Persoalan kedepan, ujar Gubernur, bagaimana pemerintah mampu menumbuhkan kreativitas, meningkatkan keterampilan dan kemampuan, salah satunya dengan telah sepakatnya pemerintah provinsi dengan DPRD Provinsi Banten dalam optimalisasi program percepatan pembangunan infrastruktur pada 2018. Meskipun dalam pelaksanaan mengalami beberapa kendala seperti kesiapan aparatur dalam menyiapkan pertumbuhan ekonomi terencana termasuk juga membangun komunikasi dengan para petani, para pengusaha yangb memang memerlukan waktu.

“Hal ini mengakibatkan perlambatan atau tidak tercapainya progres karena memerlukan waktu, sehingga penyerapan pada periode pertama cukup rendah yakni 12 – 13 persen, namun ada kendala lain yakni sistem non tunai karena tidak bisa kita serap dalam waktu yang lebih singkat. Kalaulah Gubernur dan Wakil Gubernur bersama DPRD sudah bisa membangun dan menyelesaikan 169 dalam dua atau tiga tahun ini, maka kedepan kita harus mendorong dan membantu kabupaten/kota untuk menyelesaikan program infrastruktur yang ada di kota dan kabupaten itu sendiri,”terangnya

Oleh karenanya, Gubernur WH Mengingatkan perlunya rekonsiliasi dan koordinasi pemerintahan di tingkat bawah mulai dari desa, kelurahan, kecamatan, kabupaten serta kota. Dari tahun ke tahun, perencanaan sering kali hilang dari apa yang sudah didiskusikan dari bawah. Begitu juga menjadi kesepakatan di tingkat provinsi ketika dibawa ke tingkat pusat  ketika hasil rekonsiliasi dan koordinasi hilang dari Musrenbang tingkat nasional.

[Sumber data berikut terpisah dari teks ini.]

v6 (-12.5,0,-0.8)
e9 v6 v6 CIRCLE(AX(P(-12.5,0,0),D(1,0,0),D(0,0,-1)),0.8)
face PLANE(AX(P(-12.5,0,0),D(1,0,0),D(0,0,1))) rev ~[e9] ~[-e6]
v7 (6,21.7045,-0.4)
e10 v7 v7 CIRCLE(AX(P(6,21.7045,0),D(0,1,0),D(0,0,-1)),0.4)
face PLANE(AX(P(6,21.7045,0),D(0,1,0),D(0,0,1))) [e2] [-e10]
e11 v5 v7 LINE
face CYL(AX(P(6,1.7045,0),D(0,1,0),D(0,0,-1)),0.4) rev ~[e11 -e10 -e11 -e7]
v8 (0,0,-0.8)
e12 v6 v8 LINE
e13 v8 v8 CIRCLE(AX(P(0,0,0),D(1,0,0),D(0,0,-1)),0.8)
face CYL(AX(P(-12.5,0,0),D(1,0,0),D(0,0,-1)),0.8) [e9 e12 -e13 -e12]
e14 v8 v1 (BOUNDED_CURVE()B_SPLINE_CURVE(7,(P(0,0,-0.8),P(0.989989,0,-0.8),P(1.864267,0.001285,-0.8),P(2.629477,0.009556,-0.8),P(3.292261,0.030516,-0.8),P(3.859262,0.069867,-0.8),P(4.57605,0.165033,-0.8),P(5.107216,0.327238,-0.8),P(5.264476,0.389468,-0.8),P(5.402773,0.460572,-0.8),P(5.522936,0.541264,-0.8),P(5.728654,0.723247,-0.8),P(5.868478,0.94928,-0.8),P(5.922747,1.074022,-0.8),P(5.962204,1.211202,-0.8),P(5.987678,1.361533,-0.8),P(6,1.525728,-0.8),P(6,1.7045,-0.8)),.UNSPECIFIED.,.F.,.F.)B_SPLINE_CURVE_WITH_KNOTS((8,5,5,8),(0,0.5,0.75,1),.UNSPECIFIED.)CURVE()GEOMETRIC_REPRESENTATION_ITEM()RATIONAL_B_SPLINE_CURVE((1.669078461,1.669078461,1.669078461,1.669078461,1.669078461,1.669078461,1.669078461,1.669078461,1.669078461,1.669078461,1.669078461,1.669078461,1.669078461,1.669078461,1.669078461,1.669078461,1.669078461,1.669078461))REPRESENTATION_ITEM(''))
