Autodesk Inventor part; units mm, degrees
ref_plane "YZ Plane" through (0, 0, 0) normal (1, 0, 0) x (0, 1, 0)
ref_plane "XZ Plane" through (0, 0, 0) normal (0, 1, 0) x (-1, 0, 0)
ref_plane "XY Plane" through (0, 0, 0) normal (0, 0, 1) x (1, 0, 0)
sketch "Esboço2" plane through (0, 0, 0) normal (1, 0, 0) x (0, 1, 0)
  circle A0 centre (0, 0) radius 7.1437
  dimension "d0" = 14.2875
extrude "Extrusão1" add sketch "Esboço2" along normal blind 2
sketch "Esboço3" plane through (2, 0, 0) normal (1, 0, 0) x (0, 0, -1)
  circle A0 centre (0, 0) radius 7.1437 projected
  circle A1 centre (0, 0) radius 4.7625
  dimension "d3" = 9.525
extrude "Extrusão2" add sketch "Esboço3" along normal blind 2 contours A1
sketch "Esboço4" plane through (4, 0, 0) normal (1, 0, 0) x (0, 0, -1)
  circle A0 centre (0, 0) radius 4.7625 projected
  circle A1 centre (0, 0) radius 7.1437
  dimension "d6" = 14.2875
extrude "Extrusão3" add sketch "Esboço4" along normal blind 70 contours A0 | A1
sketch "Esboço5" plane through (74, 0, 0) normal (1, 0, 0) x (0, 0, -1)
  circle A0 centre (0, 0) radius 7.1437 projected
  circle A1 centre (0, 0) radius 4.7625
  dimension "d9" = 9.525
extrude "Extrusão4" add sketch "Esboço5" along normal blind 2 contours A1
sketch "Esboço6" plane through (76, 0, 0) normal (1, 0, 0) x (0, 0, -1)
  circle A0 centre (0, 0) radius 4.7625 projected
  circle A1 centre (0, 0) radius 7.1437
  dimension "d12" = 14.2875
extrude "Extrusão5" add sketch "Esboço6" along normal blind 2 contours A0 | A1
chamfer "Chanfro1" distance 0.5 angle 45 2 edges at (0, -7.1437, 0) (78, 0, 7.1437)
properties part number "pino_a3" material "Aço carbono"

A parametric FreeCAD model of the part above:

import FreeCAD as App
import Part
import Sketcher
from FreeCAD import Vector
Q = App.Units.Quantity


def edges_at(feature, points):
    """Names of the edges that pass closest to the given points."""
    edges = feature.Shape.Edges
    near = lambda p: min(range(len(edges)), key=lambda i: edges[i].distToShape(Part.Vertex(*p))[0])
    return sorted({f"Edge{near(p) + 1}" for p in points})

doc = App.newDocument("Part")
body = doc.addObject("PartDesign::Body", "Body")

sketch1 = body.newObject("Sketcher::SketchObject", "Sketch")
sketch1.AttachmentSupport = (doc.getObject("YZ_Plane"), [""])
sketch1.MapMode = "FlatFace"
sketch1.addGeometry(Part.Circle(Vector(0, 0, 0), Vector(0, 0, 1), 7), False)
sketch1.addConstraint(Sketcher.Constraint("Coincident", 0, 3, -1, 1))
sketch1.addConstraint(Sketcher.Constraint("Diameter", 0, Q("14.2874 mm")))
pad1 = body.newObject("PartDesign::Pad", "Pad")
pad1.Profile = sketch1
pad1.Length = 2

sketch2 = body.newObject("Sketcher::SketchObject", "Sketch001")
sketch2.AttachmentSupport = (doc.getObject("YZ_Plane"), [""])
sketch2.MapMode = "FlatFace"
sketch2.AttachmentOffset = App.Placement(Vector(0, 0, 2), App.Rotation())
sketch2.addGeometry(Part.Circle(Vector(0, 0, 0), Vector(0, 0, 1), 4.8), False)
sketch2.addConstraint(Sketcher.Constraint("Coincident", 0, 3, -1, 1))
sketch2.addConstraint(Sketcher.Constraint("Diameter", 0, Q("9.525 mm")))
pad2 = body.newObject("PartDesign::Pad", "Pad001")
pad2.Profile = sketch2
pad2.Length = 2

sketch3 = body.newObject("Sketcher::SketchObject", "Sketch002")
sketch3.AttachmentSupport = (doc.getObject("YZ_Plane"), [""])
sketch3.MapMode = "FlatFace"
sketch3.AttachmentOffset = App.Placement(Vector(0, 0, 4), App.Rotation())
sketch3.addGeometry(Part.Circle(Vector(0, 0, 0), Vector(0, 0, 1), 7), False)
sketch3.addConstraint(Sketcher.Constraint("Coincident", 0, 3, -1, 1))
sketch3.addConstraint(Sketcher.Constraint("Diameter", 0, Q("14.2874 mm")))
pad3 = body.newObject("PartDesign::Pad", "Pad002")
pad3.Profile = sketch3
pad3.Length = 70

sketch4 = body.newObject("Sketcher::SketchObject", "Sketch003")
sketch4.AttachmentSupport = (doc.getObject("YZ_Plane"), [""])
sketch4.MapMode = "FlatFace"
sketch4.AttachmentOffset = App.Placement(Vector(0, 0, 74), App.Rotation())
sketch4.addGeometry(Part.Circle(Vector(0, 0, 0), Vector(0, 0, 1), 4.8), False)
sketch4.addConstraint(Sketcher.Constraint("Coincident", 0, 3, -1, 1))
sketch4.addConstraint(Sketcher.Constraint("Diameter", 0, Q("9.525 mm")))
pad4 = body.newObject("PartDesign::Pad", "Pad003")
pad4.Profile = sketch4
pad4.Length = 2

sketch5 = body.newObject("Sketcher::SketchObject", "Sketch004")
sketch5.AttachmentSupport = (doc.getObject("YZ_Plane"), [""])
sketch5.MapMode = "FlatFace"
sketch5.AttachmentOffset = App.Placement(Vector(0, 0, 76), App.Rotation())
sketch5.addGeometry(Part.Circle(Vector(0, 0, 0), Vector(0, 0, 1), 7), False)
sketch5.addConstraint(Sketcher.Constraint("Coincident", 0, 3, -1, 1))
sketch5.addConstraint(Sketcher.Constraint("Diameter", 0, Q("14.2874 mm")))
pad5 = body.newObject("PartDesign::Pad", "Pad004")
pad5.Profile = sketch5
pad5.Length = 2
doc.recompute()

chamfer = body.newObject("PartDesign::Chamfer", "Chamfer")
chamfer.Base = (pad5, edges_at(pad5, [(0, -7.144, 0), (78, 0, 7.144)]))
chamfer.Size = 0.5

doc.recompute()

“Musrenbang dan RKPD tahun 2019 harus memberikan manfaat serta memikirkan tentang Banten hari ini dan Banten yang akan datang. Kita harus bisa memahami dan merasakan tentang denyut nadi masyarakat, apa yang menjadi keinginan, aspirasi serta hajat masyarakat. Sehingga apa yang kita lakukan nanti betul-betul memenuhi hasrat dan keinginan masyarakat,”tutup Gubernur.